# Clogged drain.



## Dpeckplb (Sep 20, 2013)

So, I was called out to a house this afternoon to a blocked drain. I get there and it is a lav. Anyways I pulled out the super vee after hearing that the drywallers were cleaning up in the sink after mudding the room next door. So I go to work, of course no clean out and a 1 1/4" S-trap, so that was the first thing to go. I start to cable the drain, I get about 13" into the line and suddenly I hit a wall. The cable would go no more. I pulled it back and there was drywall mud caked on the end. Or course there was drain-o in the line, so after i wipped it off my face I tried my second plan of attack. So I switched the head to the arow head and tried again. This time I made it through the blockage, I reassembled the drain putting a proper vent on it. I love when other trades make more work.


----------



## dhal22 (Jul 30, 2010)

Hoping the drywallers were forced to pay for the blockage.

David


----------



## sparky (Jan 8, 2014)

Dpeckplb said:


> So, I was called out to a house this afternoon to a blocked drain. I get there and it is a lav. Anyways I pulled out the super vee after hearing that the drywallers were cleaning up in the sink after mudding the room next door. So I go to work, of course no clean out and a 1 1/4" S-trap, so that was the first thing to go.
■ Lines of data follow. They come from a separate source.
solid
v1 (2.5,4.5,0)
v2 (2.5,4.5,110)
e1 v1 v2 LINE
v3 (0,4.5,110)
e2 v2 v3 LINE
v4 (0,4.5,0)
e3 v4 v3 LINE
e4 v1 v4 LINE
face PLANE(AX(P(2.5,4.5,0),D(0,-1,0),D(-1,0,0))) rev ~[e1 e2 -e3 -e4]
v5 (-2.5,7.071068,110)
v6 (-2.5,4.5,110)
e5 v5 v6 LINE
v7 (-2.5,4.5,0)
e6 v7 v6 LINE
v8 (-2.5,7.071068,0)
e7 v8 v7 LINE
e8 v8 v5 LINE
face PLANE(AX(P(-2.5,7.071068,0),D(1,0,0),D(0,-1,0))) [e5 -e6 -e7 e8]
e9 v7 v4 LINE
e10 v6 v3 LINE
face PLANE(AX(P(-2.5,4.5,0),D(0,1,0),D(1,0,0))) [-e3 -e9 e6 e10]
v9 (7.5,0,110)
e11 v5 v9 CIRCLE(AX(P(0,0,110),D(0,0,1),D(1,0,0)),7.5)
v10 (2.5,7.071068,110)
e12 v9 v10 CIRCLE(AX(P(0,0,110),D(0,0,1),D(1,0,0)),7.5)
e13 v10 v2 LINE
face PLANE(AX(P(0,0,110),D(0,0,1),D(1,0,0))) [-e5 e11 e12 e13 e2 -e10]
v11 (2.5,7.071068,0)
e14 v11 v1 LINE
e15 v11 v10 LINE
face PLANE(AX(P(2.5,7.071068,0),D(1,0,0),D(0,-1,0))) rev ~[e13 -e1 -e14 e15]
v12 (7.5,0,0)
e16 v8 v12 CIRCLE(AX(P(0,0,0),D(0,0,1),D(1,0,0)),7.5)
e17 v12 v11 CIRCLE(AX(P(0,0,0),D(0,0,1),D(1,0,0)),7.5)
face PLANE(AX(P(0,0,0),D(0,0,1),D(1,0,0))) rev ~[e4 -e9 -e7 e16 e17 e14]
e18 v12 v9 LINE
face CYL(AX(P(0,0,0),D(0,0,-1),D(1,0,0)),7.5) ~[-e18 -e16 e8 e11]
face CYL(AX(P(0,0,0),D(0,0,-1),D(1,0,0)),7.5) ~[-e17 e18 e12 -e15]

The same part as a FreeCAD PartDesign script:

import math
import FreeCAD as App
import Part
import Sketcher
Q = App.Units.Quantity

doc = App.newDocument("Part")
body = doc.addObject("PartDesign::Body", "Body")

sketch1 = body.newObject("Sketcher::SketchObject", "Sketch")
sketch1.AttachmentSupport = (doc.getObject("XY_Plane"), [""])
sketch1.MapMode = "FlatFace"
sketch1.addGeometry(Part.ArcOfCircle(Part.Circle(App.Vector(0, 0, 0), App.Vector(0, 0, 1), 7.5), math.radians(109), math.radians(431)), False)
sketch1.addGeometry(Part.LineSegment(App.Vector(2.5, 7.1, 0), App.Vector(2.5, 4.5, 0)), False)
sketch1.addGeometry(Part.LineSegment(App.Vector(2.5, 4.5, 0), App.Vector(-2.5, 4.5, 0)), False)
sketch1.addGeometry(Part.LineSegment(App.Vector(-2.5, 4.5, 0), App.Vector(-2.5, 7.1, 0)), False)
sketch1.addConstraint(Sketcher.Constraint("Coincident", 0, 2, 1, 1))
sketch1.addConstraint(Sketcher.Constraint("Coincident", 1, 2, 2, 1))
sketch1.addConstraint(Sketcher.Constraint("Coincident", 2, 2, 3, 1))
sketch1.addConstraint(Sketcher.Constraint("Coincident", 3, 2, 0, 1))
sketch1.addConstraint(Sketcher.Constraint("Vertical", 1))
sketch1.addConstraint(Sketcher.Constraint("Horizontal", 2))
sketch1.addConstraint(Sketcher.Constraint("Vertical", 3))
sketch1.addConstraint(Sketcher.Constraint("Coincident", 0, 3, -1, 1))
sketch1.addConstraint(Sketcher.Constraint("Horizontal", 0, 2, 3, 2))
sketch1.addConstraint(Sketcher.Constraint("Radius", 0, Q("7.5 mm")))
sketch1.addConstraint(Sketcher.Constraint("DistanceX", -1, 1, 0, 2, Q("2.5 mm")))
sketch1.addConstraint(Sketcher.Constraint("DistanceY", -1, 1, 1, 2, Q("4.5 mm")))
pad1 = body.newObject("PartDesign::Pad", "Pad")
pad1.Profile = sketch1
pad1.Length = 110

doc.recompute()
I start to cable the drain, I get about 13" into the line and suddenly I hit a wall. The cable would go no more. I pulled it back and there was drywall mud caked on the end. Or course there was drain-o in the line, so after i wipped it off my face I tried my second plan of attack. So I switched the head to the arow head and tried again. This time I made it through the blockage, I reassembled the drain putting a proper vent on it. I love when other trades make more work.


Did you install a co on the drain line before you snaked it??i try to put cos on if at all possible before I insert the cable that way it cleans the cable off as I pull it back out


----------



## Dpeckplb (Sep 20, 2013)

sparky said:


> Did you install a co on the drain line before you snaked it??i try to put cos on if at all possible before I insert the cable that way it cleans the cable off as I pull it back out


Yes in the form of a Fip for the auto air vent. Then as I snake it I put a MIP in that so I don't mess up the treads.


----------



## sparky (Jan 8, 2014)

Dpeckplb said:


> Yes in the form of a Fip for the auto air vent. Then as I snake it I put a MIP in that so I don't mess up the treads.


Exactly


----------